An exacerbation of COPD is defined as an event in the natural course of the disease characterized by a change in the patient’s baseline dyspnea, cough, and/or sputum that is beyond normal day-to-day variations and is acute in onset. An exacerbation may warrant a change in regular medication in a patient with underlying COPD.

20
Q

COPD Exacerbation Tx

A

Inhaled bronchodilators (particularly inhaled beta 2-agonists with or without anticholinergics) and oral glucocorticosteroids are effective treatments for exacerbations of COPD.

Antibiotics should be given to:
»Patients with exacerbations of COPD with the following three cardinal symptoms: increased dyspnea, increased sputum volume, and increased sputum purulence
»Patients with exacerbations of COPD with two of the cardinal symptoms, if increased purulence of sputum is one of the two symptoms
»Patients with a severe exacerbation of COPD that requires mechanical ventilation (invasive or noninvasive).

21
Q

COPD Hospitalization and Follow-up

A

Hospitalization:
For those patients more severely ill who might require hospitalization, noninvasive mechanical ventilation in exacerbations improves respiratory acidosis; increases pH; decreases the need for endotracheal intubation; and reduces PaCO2, respiratory rate, severity of breathlessness, the length of hospital stay, and mortality.

Follow-up:
Medications and education to help prevent future exacerbations should be considered as part of follow-up, because exacerbations affect the quality of life and prognosis of patients with COPD.

22
Q

COPD and Heart Failure

A

The proposed mechanism for COPD leading to heart failure is that chronic hypoxia (1) causes pulmonary vasoconstriction (2), which increases blood pressure in the pulmonary vessels. This elevation in blood pressure causes permanent damage to the vessel walls and leads to irreversible hypertension (3). The right heart eventually fails (4) because the pump cannot sustain flow effectively against this pressure. Right heart failure leads to an increase in preload, with peripheral edema and increased jugular venous distention.

23
Q

Pulmonary Function Test to Diagnose COPD in a symptomatic pt

A

Pulmonary function testing (PFT) is the gold standard for diagnosing COPD. In pulmonary function testing, either a FEV1/FVC ratio less than the 5th percentile, or less than 70%, confirms a diagnosis of COPD.

24
Q

When Chest X-ray is Appropriate in Setting of Dyspnea

A

The current literature doesn’t support the use of chest x-ray to rule in or out COPD, but some studies suggest that
a chest x-ray might be helpful for finding other causes of dyspnea.

25
Q

Definitions:

A

Forced Vital Capacity (FVC) = total amount of air the patient can expel from the lungs after a full inspiration

Forced Expiratory Volume - 1 second (FEV1) = amount of air the patient can expel after a full breath in one second

26
Q

Diagnosing COPD

A

COPD causes the air in the lungs to be exhaled at a slower rate and in a smaller amount compared to a normal, healthy person (obstructive defect). The amount of air in the lungs will not be readily exhaled due to either a physical obstruction (such as with mucus production) or airway narrowing caused by chronic inflammation.

FEV1 to FVC ratio (FEV1/FVC) less than 70% (or less than the 5th percentile) with compatible symptoms and history, is diagnostic of COPD.

27
Q

Differential of Shortness of Breath in Middle-Aged Man Who Smokes

A
  • acute bronchitis
  • asthma
  • COPD
  • lung ca
28
Q

COPD

A

A worsening winter cough could indicate COPD because breathing cold dry air causes constriction of the airways and obstructs air flow.

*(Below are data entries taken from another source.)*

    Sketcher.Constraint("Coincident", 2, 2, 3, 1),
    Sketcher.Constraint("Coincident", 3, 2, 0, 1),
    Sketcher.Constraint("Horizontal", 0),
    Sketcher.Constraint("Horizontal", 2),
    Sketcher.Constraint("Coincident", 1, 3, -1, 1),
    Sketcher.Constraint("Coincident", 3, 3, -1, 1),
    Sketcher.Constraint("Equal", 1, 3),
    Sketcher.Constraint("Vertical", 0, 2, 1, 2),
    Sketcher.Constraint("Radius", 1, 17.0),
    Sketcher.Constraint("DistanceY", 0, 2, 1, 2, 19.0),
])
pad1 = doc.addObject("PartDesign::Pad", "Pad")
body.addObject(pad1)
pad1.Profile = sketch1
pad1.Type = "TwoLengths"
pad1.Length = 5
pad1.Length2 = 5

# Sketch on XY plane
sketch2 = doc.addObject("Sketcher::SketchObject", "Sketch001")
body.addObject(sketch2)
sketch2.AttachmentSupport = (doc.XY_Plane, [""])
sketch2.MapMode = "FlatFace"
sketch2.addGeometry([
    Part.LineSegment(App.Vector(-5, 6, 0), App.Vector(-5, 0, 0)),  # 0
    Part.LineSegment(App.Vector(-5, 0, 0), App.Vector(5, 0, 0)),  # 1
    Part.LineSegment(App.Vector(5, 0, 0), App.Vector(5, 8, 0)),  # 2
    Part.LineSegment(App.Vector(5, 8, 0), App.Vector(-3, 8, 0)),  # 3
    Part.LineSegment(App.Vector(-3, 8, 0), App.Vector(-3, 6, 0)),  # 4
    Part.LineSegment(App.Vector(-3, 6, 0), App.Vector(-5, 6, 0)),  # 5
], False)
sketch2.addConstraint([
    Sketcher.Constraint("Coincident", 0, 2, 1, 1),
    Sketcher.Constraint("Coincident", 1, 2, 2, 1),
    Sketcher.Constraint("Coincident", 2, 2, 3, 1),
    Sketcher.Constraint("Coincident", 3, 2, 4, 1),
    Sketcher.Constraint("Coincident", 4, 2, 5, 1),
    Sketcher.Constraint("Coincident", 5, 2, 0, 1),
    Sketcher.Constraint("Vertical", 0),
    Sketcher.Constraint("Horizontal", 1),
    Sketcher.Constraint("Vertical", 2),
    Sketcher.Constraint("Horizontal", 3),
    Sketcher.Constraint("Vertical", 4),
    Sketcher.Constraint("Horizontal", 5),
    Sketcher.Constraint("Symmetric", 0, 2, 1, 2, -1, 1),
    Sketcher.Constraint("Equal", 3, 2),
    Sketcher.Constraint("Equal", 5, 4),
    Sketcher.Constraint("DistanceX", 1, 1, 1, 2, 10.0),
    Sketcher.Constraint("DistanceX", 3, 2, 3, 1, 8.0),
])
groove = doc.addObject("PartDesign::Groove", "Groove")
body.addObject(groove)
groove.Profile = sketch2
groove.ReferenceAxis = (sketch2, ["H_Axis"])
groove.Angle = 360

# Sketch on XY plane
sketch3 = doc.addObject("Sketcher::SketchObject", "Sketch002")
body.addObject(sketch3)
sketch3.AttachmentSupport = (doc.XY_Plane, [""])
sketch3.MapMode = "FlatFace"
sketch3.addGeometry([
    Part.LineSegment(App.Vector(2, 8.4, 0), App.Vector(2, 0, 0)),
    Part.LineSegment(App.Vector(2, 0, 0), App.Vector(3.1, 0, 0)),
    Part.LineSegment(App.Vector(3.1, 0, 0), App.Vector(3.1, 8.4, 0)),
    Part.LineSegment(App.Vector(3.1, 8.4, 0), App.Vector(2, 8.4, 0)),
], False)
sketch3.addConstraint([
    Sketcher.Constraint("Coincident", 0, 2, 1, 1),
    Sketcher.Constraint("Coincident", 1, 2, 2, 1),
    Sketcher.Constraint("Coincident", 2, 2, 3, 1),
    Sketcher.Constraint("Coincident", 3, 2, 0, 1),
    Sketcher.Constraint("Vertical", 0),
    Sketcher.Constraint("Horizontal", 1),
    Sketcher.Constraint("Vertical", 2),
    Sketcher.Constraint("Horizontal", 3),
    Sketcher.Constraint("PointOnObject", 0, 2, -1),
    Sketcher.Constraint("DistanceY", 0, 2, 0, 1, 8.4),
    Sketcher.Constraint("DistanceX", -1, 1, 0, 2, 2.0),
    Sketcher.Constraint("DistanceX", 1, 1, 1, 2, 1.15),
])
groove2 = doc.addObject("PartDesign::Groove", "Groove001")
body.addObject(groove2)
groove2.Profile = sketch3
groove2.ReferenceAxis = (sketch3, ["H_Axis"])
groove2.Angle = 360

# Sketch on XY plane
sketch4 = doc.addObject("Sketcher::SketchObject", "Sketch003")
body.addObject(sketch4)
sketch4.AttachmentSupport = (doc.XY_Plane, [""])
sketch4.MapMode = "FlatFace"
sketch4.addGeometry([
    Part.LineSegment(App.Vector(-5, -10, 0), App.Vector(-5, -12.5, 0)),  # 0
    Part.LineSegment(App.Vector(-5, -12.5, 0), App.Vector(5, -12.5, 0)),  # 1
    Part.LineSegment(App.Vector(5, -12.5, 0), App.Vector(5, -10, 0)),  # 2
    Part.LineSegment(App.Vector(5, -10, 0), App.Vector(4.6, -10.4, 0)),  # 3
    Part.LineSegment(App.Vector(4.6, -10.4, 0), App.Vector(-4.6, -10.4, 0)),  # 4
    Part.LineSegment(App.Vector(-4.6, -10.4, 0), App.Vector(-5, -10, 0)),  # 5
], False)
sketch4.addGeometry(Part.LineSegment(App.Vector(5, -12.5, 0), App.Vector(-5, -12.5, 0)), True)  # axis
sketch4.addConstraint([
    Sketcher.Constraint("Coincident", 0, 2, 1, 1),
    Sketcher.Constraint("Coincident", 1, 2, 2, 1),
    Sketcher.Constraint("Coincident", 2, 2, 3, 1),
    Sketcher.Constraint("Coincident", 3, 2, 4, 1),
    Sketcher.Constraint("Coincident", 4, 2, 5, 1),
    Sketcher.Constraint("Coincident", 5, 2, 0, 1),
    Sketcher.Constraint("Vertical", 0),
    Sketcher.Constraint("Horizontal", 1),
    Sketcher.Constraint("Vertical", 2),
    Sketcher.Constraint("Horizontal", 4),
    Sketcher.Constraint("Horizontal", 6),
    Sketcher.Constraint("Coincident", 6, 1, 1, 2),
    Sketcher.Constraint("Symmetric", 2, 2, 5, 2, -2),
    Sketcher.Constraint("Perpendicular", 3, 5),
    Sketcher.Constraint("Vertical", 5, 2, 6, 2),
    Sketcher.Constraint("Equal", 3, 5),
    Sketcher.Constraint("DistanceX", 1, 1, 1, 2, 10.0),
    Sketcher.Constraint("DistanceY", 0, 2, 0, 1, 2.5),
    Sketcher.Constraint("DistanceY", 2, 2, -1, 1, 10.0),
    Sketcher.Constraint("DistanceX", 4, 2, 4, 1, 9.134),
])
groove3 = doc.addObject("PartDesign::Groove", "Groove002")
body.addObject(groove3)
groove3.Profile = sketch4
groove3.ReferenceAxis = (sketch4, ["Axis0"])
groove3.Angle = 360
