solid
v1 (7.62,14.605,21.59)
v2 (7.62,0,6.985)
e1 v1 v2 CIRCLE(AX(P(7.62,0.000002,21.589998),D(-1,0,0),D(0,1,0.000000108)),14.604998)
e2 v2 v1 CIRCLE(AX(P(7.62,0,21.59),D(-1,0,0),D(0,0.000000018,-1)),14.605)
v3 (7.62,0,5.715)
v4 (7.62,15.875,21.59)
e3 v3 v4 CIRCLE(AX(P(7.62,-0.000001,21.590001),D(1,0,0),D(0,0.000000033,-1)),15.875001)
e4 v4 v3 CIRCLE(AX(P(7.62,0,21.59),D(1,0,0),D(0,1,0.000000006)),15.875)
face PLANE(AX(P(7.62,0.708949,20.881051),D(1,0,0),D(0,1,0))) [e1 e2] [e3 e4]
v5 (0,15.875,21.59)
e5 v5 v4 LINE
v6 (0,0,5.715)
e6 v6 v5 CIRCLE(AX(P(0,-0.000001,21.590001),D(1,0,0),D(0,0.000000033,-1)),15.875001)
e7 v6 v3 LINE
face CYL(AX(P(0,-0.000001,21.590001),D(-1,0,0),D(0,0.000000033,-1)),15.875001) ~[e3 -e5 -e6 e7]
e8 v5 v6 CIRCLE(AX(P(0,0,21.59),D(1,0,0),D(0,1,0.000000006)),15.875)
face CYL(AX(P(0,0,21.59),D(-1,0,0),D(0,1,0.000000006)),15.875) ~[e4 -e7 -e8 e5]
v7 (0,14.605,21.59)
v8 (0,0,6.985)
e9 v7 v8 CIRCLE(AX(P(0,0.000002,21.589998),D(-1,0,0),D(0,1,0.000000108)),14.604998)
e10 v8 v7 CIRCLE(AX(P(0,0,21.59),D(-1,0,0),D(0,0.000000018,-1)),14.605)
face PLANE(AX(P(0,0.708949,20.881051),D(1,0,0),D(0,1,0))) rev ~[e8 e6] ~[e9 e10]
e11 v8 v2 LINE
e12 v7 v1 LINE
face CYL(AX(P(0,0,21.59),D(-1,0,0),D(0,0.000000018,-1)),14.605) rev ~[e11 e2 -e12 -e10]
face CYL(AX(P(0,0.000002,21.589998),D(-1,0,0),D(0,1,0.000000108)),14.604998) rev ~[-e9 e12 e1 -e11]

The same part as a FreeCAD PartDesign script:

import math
import FreeCAD as App
import Part
import Sketcher

V = App.Vector
Q = App.Units.Quantity

doc = App.newDocument("Part")
body = doc.addObject("PartDesign::Body", "Body")

# Sketch on YZ plane
sketch1 = body.newObject("Sketcher::SketchObject", "Sketch")
sketch1.AttachmentSupport = (doc.getObject("YZ_Plane"), [""])
sketch1.MapMode = "FlatFace"
sketch1.addGeometry([
    Part.ArcOfCircle(Part.Circle(V(0, 21.59, 0), V(0, 0, 1), 15.875), math.radians(0), math.radians(270)),
    Part.ArcOfCircle(Part.Circle(V(-0.000001, 21.590001, 0), V(0, 0, 1), 15.875001), math.radians(-89.999998), math.radians(-0.000002)),
    Part.ArcOfCircle(Part.Circle(V(0, 21.59, 0), V(0, 0, 1), 14.605), math.radians(-0.000001), math.radians(270.000001)),
    Part.ArcOfCircle(Part.Circle(V(0.000002, 21.589998, 0), V(0, 0, 1), 14.604998), math.radians(-90.000006), math.radians(0.000006)),
], False)
sketch1.addConstraint([
    Sketcher.Constraint("Tangent", 0, 1, 1, 2),
    Sketcher.Constraint("Coincident", 1, 1, 0, 2),
    Sketcher.Constraint("Tangent", 2, 1, 3, 2),
    Sketcher.Constraint("Coincident", 3, 1, 2, 2),
    Sketcher.Constraint("Coincident", 2, 3, 0, 3),
    Sketcher.Constraint("PointOnObject", 0, 3, -2),
    Sketcher.Constraint("PointOnObject", 1, 1, -2),
    Sketcher.Constraint("PointOnObject", 3, 1, -2),
    Sketcher.Constraint("Horizontal", 3, 3, 0, 1),
    Sketcher.Constraint("Horizontal", 0, 1, 2, 1),
    Sketcher.Constraint("Radius", 0, Q("0.625 in")),
    Sketcher.Constraint("Radius", 2, Q("0.575 in")),
    Sketcher.Constraint("DistanceY", -1, 1, 0, 3, Q("0.85 in")),
])
pad1 = body.newObject("PartDesign::Pad", "Pad")
pad1.Profile = sketch1
pad1.Length = Q("0.3 in")

doc.recompute()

In addition, shortness of breath mostly with activity, a history of heavy smoking, and the absence of orthopnea or paroxysmal nocturnal dyspnea (PND) all argue for a diagnosis of COPD. Although dyspnea is a relatively nonspecific finding, dyspnea with exertion is a cardinal symptom of COPD. COPD develops slowly over years, so most people are at least 40 years old when symptoms begin and cigarette smoking is the most commonly encountered risk factor for the development of COPD. The risk is dose-related.